Transferred loss, principle of, scope.-General principle was that a claimant in action for breach of contract could not
recover damages in respect of loss caused by the breach to some third person not party to the contract. Exception to
the said principle was where it was in the contemplation of the parties when the contract was made that the property.
the subject of the contract and the breach, would be transferred to or occupied by a third party, who would in
consequence suffer the loss arising from its breach. In such a situation, the claimant was seen as suing on behalf of
and for the benefit of the injured third party and was bound to account accordingly.
CONTINUE
Illustration
• 'A' and 'B' relating to A's property which was subsequently acquired by 'C'. Said principle enabled 'A' to
recover damages for B's breach of contract which injured the property, even though the loss flowing from that
injury was suffered by 'C' and not by 'A'. Circumstances in which the principle of transferred loss could apply
were where, firstly at the time of making the contract with 'A', 'B' would reasonably have anticipated that 'A'
would transfer the property to a person such as 'C' and that that person would suffer loss if 'B' breached the
contract, so that the contract could be seen as having been entered into by 'B' partly for C's benefit; and,
secondly, there was nothing in the contract or the surrounding circumstances which negated the conclusion
that the principle should apply. Principle of transferred loss was an anomalous principle bearing in mind the
well- established conventional rules relating to recovery of damages for breach of contract, namely that,
subject to the terms of the contract, scope of duty. foreseeability and mitigation, 'A' could only recover
damages in respect of loss which 'A' suffered as a result of B's breach of contract. For such reason the
principle of transferred loss should only apply in defined and limited circumstances.
• Exception to the principle of "transferred loss". Principle of transferred loss was a limited exception to the general
rule that a claimant could recover only loss which he had himself suffered.
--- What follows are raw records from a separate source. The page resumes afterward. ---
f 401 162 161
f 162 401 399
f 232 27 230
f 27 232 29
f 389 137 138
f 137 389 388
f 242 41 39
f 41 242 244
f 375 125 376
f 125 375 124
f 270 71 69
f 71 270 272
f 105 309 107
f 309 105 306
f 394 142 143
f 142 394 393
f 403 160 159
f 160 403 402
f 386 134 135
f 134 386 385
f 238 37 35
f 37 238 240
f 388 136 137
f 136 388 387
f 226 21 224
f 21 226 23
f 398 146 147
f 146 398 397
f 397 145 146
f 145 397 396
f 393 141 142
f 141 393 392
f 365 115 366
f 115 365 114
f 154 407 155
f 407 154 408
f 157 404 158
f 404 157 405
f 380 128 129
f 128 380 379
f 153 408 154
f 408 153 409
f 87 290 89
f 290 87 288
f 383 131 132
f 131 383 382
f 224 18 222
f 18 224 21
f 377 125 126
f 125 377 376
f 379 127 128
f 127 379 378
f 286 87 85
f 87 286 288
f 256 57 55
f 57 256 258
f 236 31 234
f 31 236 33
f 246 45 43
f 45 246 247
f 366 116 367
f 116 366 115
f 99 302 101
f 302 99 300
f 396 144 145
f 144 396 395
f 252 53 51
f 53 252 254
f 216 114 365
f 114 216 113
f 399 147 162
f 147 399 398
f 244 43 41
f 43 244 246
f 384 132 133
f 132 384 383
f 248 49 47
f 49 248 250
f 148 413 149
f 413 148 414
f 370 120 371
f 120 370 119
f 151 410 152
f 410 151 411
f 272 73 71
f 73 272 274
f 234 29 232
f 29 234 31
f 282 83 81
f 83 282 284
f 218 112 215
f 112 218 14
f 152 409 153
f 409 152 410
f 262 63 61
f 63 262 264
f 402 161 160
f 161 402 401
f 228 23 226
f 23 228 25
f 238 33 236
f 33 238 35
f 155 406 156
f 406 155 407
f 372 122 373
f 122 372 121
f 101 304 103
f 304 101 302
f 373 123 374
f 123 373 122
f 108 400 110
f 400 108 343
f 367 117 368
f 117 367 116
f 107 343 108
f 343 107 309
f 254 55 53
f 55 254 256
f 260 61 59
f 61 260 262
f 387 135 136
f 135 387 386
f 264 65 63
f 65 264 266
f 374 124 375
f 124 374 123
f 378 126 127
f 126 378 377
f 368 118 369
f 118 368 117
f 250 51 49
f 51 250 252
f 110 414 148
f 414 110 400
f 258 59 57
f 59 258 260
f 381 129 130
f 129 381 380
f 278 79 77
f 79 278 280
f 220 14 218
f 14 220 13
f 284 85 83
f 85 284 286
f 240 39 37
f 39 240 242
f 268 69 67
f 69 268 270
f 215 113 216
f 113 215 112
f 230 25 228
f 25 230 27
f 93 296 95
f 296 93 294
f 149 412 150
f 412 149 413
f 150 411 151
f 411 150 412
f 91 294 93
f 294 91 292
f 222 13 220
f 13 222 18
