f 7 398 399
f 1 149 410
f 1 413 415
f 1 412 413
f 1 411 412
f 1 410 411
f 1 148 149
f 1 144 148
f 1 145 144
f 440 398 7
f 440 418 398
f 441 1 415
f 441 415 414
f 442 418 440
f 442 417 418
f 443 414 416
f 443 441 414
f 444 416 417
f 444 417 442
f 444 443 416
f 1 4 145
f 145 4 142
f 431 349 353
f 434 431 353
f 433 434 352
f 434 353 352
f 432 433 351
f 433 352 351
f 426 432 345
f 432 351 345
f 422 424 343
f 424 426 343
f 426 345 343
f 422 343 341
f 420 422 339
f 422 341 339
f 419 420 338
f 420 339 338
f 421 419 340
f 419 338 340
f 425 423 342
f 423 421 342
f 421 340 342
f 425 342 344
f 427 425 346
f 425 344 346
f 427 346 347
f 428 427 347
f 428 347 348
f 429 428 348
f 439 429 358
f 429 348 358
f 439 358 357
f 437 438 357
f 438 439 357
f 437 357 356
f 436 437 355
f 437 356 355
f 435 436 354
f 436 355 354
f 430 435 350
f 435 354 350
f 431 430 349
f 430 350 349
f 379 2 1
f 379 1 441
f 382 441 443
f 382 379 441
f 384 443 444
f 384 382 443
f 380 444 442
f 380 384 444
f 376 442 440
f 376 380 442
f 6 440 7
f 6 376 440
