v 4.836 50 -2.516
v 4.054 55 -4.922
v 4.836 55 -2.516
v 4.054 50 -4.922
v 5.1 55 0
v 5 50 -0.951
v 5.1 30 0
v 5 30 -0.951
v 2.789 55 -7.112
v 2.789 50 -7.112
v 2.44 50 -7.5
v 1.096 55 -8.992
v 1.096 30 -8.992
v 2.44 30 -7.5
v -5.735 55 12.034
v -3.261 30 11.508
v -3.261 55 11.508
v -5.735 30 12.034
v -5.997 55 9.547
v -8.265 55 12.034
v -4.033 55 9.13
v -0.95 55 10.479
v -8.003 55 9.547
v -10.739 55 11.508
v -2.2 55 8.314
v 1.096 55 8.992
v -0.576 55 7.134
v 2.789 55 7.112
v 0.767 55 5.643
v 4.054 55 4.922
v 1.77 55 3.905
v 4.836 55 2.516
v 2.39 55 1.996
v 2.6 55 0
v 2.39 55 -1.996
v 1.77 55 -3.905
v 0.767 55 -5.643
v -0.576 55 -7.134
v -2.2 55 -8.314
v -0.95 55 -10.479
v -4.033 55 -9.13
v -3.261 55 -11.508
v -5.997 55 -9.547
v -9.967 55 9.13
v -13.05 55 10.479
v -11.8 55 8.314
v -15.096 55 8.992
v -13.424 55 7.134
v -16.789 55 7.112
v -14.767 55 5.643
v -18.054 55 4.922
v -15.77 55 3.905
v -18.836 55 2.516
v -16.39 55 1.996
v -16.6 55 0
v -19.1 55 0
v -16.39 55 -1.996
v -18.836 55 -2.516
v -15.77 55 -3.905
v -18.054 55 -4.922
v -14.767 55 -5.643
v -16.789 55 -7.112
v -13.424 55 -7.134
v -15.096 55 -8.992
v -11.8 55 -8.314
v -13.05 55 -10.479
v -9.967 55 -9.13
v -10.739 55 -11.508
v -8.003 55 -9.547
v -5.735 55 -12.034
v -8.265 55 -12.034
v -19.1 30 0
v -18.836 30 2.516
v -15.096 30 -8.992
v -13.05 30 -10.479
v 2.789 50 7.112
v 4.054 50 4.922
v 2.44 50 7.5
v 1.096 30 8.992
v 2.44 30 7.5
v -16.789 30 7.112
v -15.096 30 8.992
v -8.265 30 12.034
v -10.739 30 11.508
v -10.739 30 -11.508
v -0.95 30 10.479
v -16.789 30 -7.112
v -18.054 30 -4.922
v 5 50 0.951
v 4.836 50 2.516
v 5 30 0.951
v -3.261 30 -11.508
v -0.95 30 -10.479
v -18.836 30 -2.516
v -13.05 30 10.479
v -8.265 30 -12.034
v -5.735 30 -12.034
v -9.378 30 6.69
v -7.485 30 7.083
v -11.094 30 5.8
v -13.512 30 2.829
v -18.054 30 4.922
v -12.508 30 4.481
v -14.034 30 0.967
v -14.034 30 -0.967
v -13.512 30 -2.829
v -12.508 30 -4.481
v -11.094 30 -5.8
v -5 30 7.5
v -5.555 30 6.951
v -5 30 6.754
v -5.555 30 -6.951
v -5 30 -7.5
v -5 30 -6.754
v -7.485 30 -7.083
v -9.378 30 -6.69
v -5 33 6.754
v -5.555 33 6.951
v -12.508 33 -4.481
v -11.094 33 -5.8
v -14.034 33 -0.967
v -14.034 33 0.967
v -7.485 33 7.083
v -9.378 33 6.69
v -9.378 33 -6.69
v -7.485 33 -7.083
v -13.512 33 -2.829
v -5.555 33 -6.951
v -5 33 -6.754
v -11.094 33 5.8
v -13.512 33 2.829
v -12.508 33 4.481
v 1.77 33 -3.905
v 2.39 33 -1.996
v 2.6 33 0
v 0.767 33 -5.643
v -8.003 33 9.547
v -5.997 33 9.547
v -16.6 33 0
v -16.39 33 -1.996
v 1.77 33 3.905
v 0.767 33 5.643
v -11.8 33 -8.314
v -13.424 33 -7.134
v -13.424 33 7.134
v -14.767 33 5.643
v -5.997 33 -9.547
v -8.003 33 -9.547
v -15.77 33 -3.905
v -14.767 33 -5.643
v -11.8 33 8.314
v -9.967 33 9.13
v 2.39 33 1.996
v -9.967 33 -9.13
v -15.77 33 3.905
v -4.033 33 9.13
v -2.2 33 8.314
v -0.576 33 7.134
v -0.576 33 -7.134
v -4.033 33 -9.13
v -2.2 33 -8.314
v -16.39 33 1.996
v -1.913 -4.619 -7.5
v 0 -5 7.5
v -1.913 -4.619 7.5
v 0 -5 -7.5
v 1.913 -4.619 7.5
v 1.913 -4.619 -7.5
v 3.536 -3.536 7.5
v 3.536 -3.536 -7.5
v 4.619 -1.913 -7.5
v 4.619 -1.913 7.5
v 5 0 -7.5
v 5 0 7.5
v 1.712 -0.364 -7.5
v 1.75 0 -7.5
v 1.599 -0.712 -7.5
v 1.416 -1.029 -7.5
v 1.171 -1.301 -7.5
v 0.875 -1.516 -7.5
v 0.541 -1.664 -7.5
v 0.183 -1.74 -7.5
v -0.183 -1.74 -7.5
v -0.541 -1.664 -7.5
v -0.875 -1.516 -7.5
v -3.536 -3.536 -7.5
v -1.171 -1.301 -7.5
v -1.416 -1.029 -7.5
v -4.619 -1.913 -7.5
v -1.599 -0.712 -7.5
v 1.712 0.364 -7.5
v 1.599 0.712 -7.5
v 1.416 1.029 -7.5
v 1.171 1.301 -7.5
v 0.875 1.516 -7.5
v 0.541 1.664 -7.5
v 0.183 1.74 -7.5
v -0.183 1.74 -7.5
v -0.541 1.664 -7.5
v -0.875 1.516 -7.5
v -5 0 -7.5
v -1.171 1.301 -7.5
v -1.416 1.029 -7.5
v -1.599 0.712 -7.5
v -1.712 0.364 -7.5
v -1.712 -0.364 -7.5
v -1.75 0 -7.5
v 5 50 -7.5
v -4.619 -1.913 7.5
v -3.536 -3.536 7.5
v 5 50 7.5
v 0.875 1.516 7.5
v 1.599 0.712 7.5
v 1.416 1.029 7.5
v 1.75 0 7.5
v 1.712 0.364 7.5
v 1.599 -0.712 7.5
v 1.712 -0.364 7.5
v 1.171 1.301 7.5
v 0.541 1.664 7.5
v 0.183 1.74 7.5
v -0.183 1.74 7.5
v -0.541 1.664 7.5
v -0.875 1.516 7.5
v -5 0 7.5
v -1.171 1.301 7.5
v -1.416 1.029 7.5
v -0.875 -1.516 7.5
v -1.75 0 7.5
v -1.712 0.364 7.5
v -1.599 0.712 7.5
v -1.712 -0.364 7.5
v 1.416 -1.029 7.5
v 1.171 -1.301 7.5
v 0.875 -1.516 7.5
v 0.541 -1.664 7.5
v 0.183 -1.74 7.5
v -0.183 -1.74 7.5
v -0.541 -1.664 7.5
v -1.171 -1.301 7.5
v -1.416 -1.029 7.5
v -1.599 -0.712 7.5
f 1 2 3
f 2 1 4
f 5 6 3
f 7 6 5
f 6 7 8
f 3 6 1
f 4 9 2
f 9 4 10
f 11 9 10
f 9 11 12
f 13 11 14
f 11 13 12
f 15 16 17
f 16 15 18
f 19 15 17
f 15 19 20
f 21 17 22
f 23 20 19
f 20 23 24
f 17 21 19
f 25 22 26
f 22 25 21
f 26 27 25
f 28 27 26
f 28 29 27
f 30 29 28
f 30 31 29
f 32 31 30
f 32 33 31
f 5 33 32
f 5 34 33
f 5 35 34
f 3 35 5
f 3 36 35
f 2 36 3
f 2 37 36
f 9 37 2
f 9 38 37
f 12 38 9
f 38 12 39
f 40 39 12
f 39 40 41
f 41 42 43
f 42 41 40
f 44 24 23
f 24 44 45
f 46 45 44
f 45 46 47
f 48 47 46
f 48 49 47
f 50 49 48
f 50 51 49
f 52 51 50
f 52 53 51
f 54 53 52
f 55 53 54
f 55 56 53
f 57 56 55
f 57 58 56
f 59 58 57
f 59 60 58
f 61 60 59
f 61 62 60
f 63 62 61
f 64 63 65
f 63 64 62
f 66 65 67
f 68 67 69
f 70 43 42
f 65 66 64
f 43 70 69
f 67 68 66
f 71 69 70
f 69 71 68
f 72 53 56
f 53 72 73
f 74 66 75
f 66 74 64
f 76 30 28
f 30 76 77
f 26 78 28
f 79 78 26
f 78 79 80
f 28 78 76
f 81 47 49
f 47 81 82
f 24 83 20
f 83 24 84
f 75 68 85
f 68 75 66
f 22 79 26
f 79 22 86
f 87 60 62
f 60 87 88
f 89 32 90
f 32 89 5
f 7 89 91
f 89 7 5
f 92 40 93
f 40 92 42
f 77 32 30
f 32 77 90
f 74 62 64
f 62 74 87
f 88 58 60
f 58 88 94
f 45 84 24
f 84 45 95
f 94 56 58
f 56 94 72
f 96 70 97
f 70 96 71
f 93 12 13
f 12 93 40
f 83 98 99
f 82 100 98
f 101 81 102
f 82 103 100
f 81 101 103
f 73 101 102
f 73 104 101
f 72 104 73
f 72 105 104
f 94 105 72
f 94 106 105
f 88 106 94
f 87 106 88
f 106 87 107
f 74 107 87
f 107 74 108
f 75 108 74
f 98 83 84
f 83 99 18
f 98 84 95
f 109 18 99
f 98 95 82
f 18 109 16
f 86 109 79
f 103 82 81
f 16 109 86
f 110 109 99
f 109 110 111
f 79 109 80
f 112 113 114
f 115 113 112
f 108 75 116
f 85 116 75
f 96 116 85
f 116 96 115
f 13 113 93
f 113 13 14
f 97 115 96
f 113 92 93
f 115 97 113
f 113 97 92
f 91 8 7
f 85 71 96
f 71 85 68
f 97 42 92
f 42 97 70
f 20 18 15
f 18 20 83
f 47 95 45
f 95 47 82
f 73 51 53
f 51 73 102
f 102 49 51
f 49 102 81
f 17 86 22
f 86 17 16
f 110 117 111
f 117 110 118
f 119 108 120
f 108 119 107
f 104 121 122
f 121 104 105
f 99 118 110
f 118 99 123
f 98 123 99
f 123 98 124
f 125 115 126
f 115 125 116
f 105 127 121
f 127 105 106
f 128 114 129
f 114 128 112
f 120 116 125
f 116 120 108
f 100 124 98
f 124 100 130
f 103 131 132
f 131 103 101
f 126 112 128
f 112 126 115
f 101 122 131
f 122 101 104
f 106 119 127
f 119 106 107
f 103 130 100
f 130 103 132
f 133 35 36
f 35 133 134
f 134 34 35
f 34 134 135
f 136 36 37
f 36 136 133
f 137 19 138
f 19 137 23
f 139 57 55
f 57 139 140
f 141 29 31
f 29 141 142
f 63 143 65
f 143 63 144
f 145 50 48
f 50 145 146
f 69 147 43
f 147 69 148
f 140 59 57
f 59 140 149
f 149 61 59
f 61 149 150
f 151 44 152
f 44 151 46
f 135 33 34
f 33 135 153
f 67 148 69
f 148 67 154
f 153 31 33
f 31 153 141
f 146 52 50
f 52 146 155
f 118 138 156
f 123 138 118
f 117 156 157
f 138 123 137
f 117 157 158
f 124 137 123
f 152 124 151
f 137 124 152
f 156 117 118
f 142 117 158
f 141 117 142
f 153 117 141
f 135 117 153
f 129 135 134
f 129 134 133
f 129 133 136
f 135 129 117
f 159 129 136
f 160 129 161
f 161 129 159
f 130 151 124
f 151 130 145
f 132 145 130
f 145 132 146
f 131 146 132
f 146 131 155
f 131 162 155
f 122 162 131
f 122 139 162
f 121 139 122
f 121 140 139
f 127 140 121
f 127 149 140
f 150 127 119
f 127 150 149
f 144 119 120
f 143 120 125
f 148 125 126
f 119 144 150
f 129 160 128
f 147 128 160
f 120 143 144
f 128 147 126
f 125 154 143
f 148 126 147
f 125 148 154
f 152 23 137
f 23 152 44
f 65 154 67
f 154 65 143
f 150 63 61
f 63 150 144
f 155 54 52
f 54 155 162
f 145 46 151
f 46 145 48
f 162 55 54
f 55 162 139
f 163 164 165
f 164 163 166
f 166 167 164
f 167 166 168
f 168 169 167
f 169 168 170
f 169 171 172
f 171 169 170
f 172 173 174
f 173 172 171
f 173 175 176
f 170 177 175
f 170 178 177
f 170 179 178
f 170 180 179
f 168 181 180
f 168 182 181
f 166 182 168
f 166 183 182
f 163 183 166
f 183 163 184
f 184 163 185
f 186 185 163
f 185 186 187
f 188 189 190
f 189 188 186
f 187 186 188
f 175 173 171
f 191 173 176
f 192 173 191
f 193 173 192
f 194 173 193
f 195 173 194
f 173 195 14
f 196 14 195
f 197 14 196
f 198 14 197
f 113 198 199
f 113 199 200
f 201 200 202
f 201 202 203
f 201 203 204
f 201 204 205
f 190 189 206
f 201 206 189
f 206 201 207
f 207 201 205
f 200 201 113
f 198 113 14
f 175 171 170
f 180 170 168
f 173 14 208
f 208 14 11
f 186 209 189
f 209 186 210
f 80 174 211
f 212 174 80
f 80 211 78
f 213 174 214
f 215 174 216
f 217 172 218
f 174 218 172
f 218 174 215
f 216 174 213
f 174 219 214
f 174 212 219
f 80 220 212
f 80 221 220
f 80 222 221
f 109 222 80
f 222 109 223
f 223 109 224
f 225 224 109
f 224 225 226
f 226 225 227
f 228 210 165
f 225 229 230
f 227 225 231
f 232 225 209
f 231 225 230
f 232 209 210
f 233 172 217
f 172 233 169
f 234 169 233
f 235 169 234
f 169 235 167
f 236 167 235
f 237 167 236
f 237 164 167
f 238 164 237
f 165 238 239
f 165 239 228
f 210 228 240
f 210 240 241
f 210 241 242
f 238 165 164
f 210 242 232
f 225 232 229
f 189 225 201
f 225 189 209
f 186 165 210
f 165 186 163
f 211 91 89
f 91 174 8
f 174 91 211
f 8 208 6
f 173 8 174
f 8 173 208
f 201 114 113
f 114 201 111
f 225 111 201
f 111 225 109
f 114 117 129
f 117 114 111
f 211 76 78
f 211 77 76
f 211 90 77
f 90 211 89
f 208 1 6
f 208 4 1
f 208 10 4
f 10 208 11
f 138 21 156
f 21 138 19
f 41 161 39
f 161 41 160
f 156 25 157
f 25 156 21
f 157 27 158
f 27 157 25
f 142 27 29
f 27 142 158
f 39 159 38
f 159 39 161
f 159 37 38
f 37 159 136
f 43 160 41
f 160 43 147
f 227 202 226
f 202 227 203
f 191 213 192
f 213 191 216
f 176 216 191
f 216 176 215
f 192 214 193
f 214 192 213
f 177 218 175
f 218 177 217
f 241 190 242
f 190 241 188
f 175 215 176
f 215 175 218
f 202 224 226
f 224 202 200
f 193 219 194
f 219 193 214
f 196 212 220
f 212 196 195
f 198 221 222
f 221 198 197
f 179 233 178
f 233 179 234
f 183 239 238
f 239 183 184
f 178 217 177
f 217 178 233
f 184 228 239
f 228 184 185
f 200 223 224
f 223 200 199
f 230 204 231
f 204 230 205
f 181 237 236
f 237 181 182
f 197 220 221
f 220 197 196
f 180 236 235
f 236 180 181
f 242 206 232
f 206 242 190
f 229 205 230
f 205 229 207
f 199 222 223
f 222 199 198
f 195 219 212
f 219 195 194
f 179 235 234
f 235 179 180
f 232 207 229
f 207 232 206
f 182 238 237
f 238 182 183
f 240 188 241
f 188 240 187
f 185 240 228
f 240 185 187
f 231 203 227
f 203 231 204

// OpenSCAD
// file: lib.scad
OD = 24.5;

module tube(od, id, h){
  difference(){
    color([1, .3, .6])cylinder(d=od, h=h);
    translate([0, 0, -1])cylinder(d=id, h=h + 2);
  }
}
// main file
include <lib.scad>

//OD = 24.3;
OD = 19.2;
thickness = 5;
cam_w = 25;
cam_h = 24;

L = 50;

module unit(){
  //translate([-6, -21, 0])rotate([0, 90, 0])import("camera_mount.stl");
  translate([0, 0, -(cam_w-10)/2])color("red")cylinder(d=10, h=cam_w - 10);

  translate([-5, 0, -(cam_w-10)/2])cube([10, L, cam_w -10]);
  translate([-7, 30, 0])rotate([-90, 0, 0])
    difference(){
    cylinder(d=OD + thickness, h=25);
    translate([0, 0, -1])cylinder(d=OD-5, h=102);
    translate([0, 0, 3])cylinder(d=OD, h=102);
  }
}

difference(){
  unit();
  translate([-7, 33, 0])rotate([-90, 0, 0])cylinder(d=OD, h=100);
  translate([0, 0, -50])color("red")cylinder(d=3.5, h=100, $fn=30);
}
Said exception applied where the known object of
a transaction was to benefit a third party or a class of persons to which a third party belonged, and the anticipated effect of a
breach of duty would be to cause loss to that third party. Principle of transferred loss was driven by legal necessity, therefore
it was an essential feature of the principle that the recognition of a right in the contracting party to recover the third party's
loss should be necessary to give effect to the object of the transaction and to avoid a "legal black hole", in which in the
anticipated course of events the only party entitled to recover would be different from the only party which could be treated
as suffering loss. Principle of transferred loss would not apply if the third party had a direct right of action for the same loss,
on whatever basis.

• Res inter alios acta, doctrine of, scope.-General rule was that loss which had been avoided was not recoverable as damages,
although expense reasonably incurred in avoiding it may be recoverable as costs of mitigation. Exception to such general
rule was collateral payments (res inter alios acta), which the law treated as not making good the claimant's loss. Critical
factor was not the source of the benefit in a third party but its character. Collateral benefits were those whose receipt arose
independently of the circumstances giving rise to the loss, thus a gift received by the claimant, even if occasioned by his loss,
was regarded as independent of the loss because its gratuitous character meant that there was no causal relationship between
them. Same was true of a benefit received by right from a third party in respect of the loss, but for which the claimant had
given a consideration independent of the legal relationship with the defendant from which the loss arose.